Policy focuses on high skills, high wages

Boosting regional development and lifting New Zealand’s economic performance toward a high-skilled high-income economy are key components of Labour’s immigration policy, released this morning.

“Labour is committed to immigration that not only meets economic priorities but which contributes to social objectives and to New Zealand’s vibrant multicultural society,” Immigration spokesperson Trevor Mallard says. “We need an economy that works for all New Zealanders, migrant and non-migrant.”

“Around half of permanent arrivals to New Zealand move to the Auckland region. We want to encourage people coming into the country to accept jobs or establish businesses in the regions, and we’ll do that by increasing the incentives to the points system.

“We are also concerned that a significant number of workers are being brought into New Zealand for relatively low-skilled jobs on low rates of pay. This not only leads to exploitation of these workers but undercuts the local labour market, pushing wages down for Kiwis.

“To address that Labour will require employers bringing in overseas workers to pay a living wage (after accommodation deductions) where the job offer forms part of the reason the application is accepted. This does not apply for the Recognised Seasonal Employer (RSE) or Pacific quota migrants.

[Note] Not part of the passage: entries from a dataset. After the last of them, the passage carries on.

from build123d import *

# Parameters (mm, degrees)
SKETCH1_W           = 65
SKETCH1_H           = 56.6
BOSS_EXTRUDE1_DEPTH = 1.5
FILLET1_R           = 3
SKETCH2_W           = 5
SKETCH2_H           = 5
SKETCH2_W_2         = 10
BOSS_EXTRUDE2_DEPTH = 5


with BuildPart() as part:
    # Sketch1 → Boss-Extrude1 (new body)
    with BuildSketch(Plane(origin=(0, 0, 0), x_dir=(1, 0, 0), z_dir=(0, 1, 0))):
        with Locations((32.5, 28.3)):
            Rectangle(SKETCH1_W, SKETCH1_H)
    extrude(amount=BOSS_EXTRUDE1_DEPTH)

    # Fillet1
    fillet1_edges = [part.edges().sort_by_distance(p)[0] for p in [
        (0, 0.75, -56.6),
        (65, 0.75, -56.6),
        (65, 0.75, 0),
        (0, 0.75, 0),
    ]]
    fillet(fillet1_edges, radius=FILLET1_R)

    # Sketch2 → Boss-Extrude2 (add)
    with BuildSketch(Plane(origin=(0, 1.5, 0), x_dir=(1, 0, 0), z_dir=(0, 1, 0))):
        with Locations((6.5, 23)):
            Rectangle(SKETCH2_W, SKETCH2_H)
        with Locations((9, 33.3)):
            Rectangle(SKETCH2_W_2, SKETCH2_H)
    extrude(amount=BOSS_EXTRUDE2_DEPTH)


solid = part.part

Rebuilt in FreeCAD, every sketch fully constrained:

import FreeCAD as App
import Part
import Sketcher
from FreeCAD import Vector
Q = App.Units.Quantity


def edges_at(feature, points):
    """Names of the edges that pass closest to the given points."""
    edges = feature.Shape.Edges
    near = lambda p: min(range(len(edges)), key=lambda i: edges[i].distToShape(Part.Vertex(*p))[0])
    return sorted({f"Edge{near(p) + 1}" for p in points})


def add_polygon(sketch, points):
    """Adds a closed chain of lines whose ends are joined by coincident constraints."""
    first, n = sketch.GeometryCount, len(points)
    for a, b in zip(points, points[1:] + points[:1]):
        sketch.addGeometry(Part.LineSegment(App.Vector(*a, 0), App.Vector(*b, 0)), False)
    for i in range(n):
        sketch.addConstraint(Sketcher.Constraint("Coincident", first + i, 2, first + (i + 1) % n, 1))

doc = App.newDocument("Part")
body = doc.addObject("PartDesign::Body", "Body")

# Sketch on XZ plane
sketch1 = body.newObject("Sketcher::SketchObject", "Sketch")
sketch1.AttachmentSupport = (doc.getObject("XZ_Plane"), [""])
sketch1.MapMode = "FlatFace"
add_polygon(sketch1, [(0, -57), (0, 0), (65, 0), (65, -57)])  # lines 0-3
sketch1.addConstraint([
    Sketcher.Constraint("Vertical", 0),
    Sketcher.Constraint("Horizontal", 1),
    Sketcher.Constraint("Vertical", 2),
    Sketcher.Constraint("Horizontal", 3),
    Sketcher.Constraint("Coincident", 0, 2, -1, 1),
    Sketcher.Constraint("DistanceX", 1, 1, 1, 2, Q("65 mm")),
    Sketcher.Constraint("DistanceY", 0, 1, 0, 2, Q("56.6 mm")),
])
pad1 = body.newObject("PartDesign::Pad", "Pad")
pad1.Profile = sketch1
pad1.Length = 1.5
pad1.Reversed = True
doc.recompute()

fillet = body.newObject("PartDesign::Fillet", "Fillet")
fillet.Base = (pad1, edges_at(pad1, [
    (0, 0.75, -56.6),
    (65, 0.75, -56.6),
    (65, 0.75, 0),
    (0, 0.75, 0),
]))
fillet.Radius = 3

# Sketch on XZ plane
sketch2 = body.newObject("Sketcher::SketchObject", "Sketch001")
sketch2.AttachmentSupport = (doc.getObject("XZ_Plane"), [""])
sketch2.MapMode = "FlatFace"
sketch2.AttachmentOffset = App.Placement(Vector(0, 0, -1.5), App.Rotation())
add_polygon(sketch2, [(4, -25.5), (4, -20.5), (9, -20.5), (9, -25.5)])  # lines 0-3
add_polygon(sketch2, [(4, -35.8), (4, -30.8), (14, -30.8), (14, -35.8)])  # lines 4-7
sketch2.addConstraint([
    Sketcher.Constraint("Vertical", 0),
    Sketcher.Constraint("Horizontal", 1),
    Sketcher.Constraint("Vertical", 2),
    Sketcher.Constraint("Horizontal", 3),
    Sketcher.Constraint("Vertical", 4),
    Sketcher.Constraint("Horizontal", 5),
    Sketcher.Constraint("Vertical", 6),
    Sketcher.Constraint("Horizontal", 7),
    Sketcher.Constraint("Vertical", 3, 2, 4, 2),
    Sketcher.Constraint("Equal", 3, 0),
    Sketcher.Constraint("Equal", 2, 4),
    Sketcher.Constraint("DistanceX", 1, 1, 1, 2, Q("5 mm")),
    Sketcher.Constraint("DistanceX", 5, 1, 5, 2, Q("10 mm")),
    Sketcher.Constraint("DistanceX", -1, 1, 0, 2, Q("4 mm")),
    Sketcher.Constraint("DistanceY", 0, 2, -1, 1, Q("20.5 mm")),
    Sketcher.Constraint("DistanceY", 4, 2, -1, 1, Q("30.8 mm")),
])
pad2 = body.newObject("PartDesign::Pad", "Pad001")
pad2.Profile = sketch2
pad2.Length = 5
pad2.Reversed = True

doc.recompute()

“We will also ensure RSE workers are paid at the rate of at least the minimum wage plus $1.25 an hour, with accommodation provided in addition to wages. Employers in industries with skills shortages and low pay will be required to be involved in implementing training plans before they are given the right to bring in workers from overseas.

“Labour will review the Pacific quota to ensure they are working effectively and that Pacific families are not excluded from family reunification possibilities. We will also move to facilitate residence applications for people who have been legally in New Zealand on work visas since 2009, and for their families.

“Because Labour believes immigration flows should not fluctuate wildly and where possible should be counter cyclical we will smooth out peaks and troughs through mechanisms such as the points system.

“We will also progressively increase the refugee quota of 750 to 1000 once current migration pressures have eased.

“Labour is committed to an immigration system that acknowledges the important contributions new migrants have made and continue to make to New Zealand society,” Trevor Mallard said.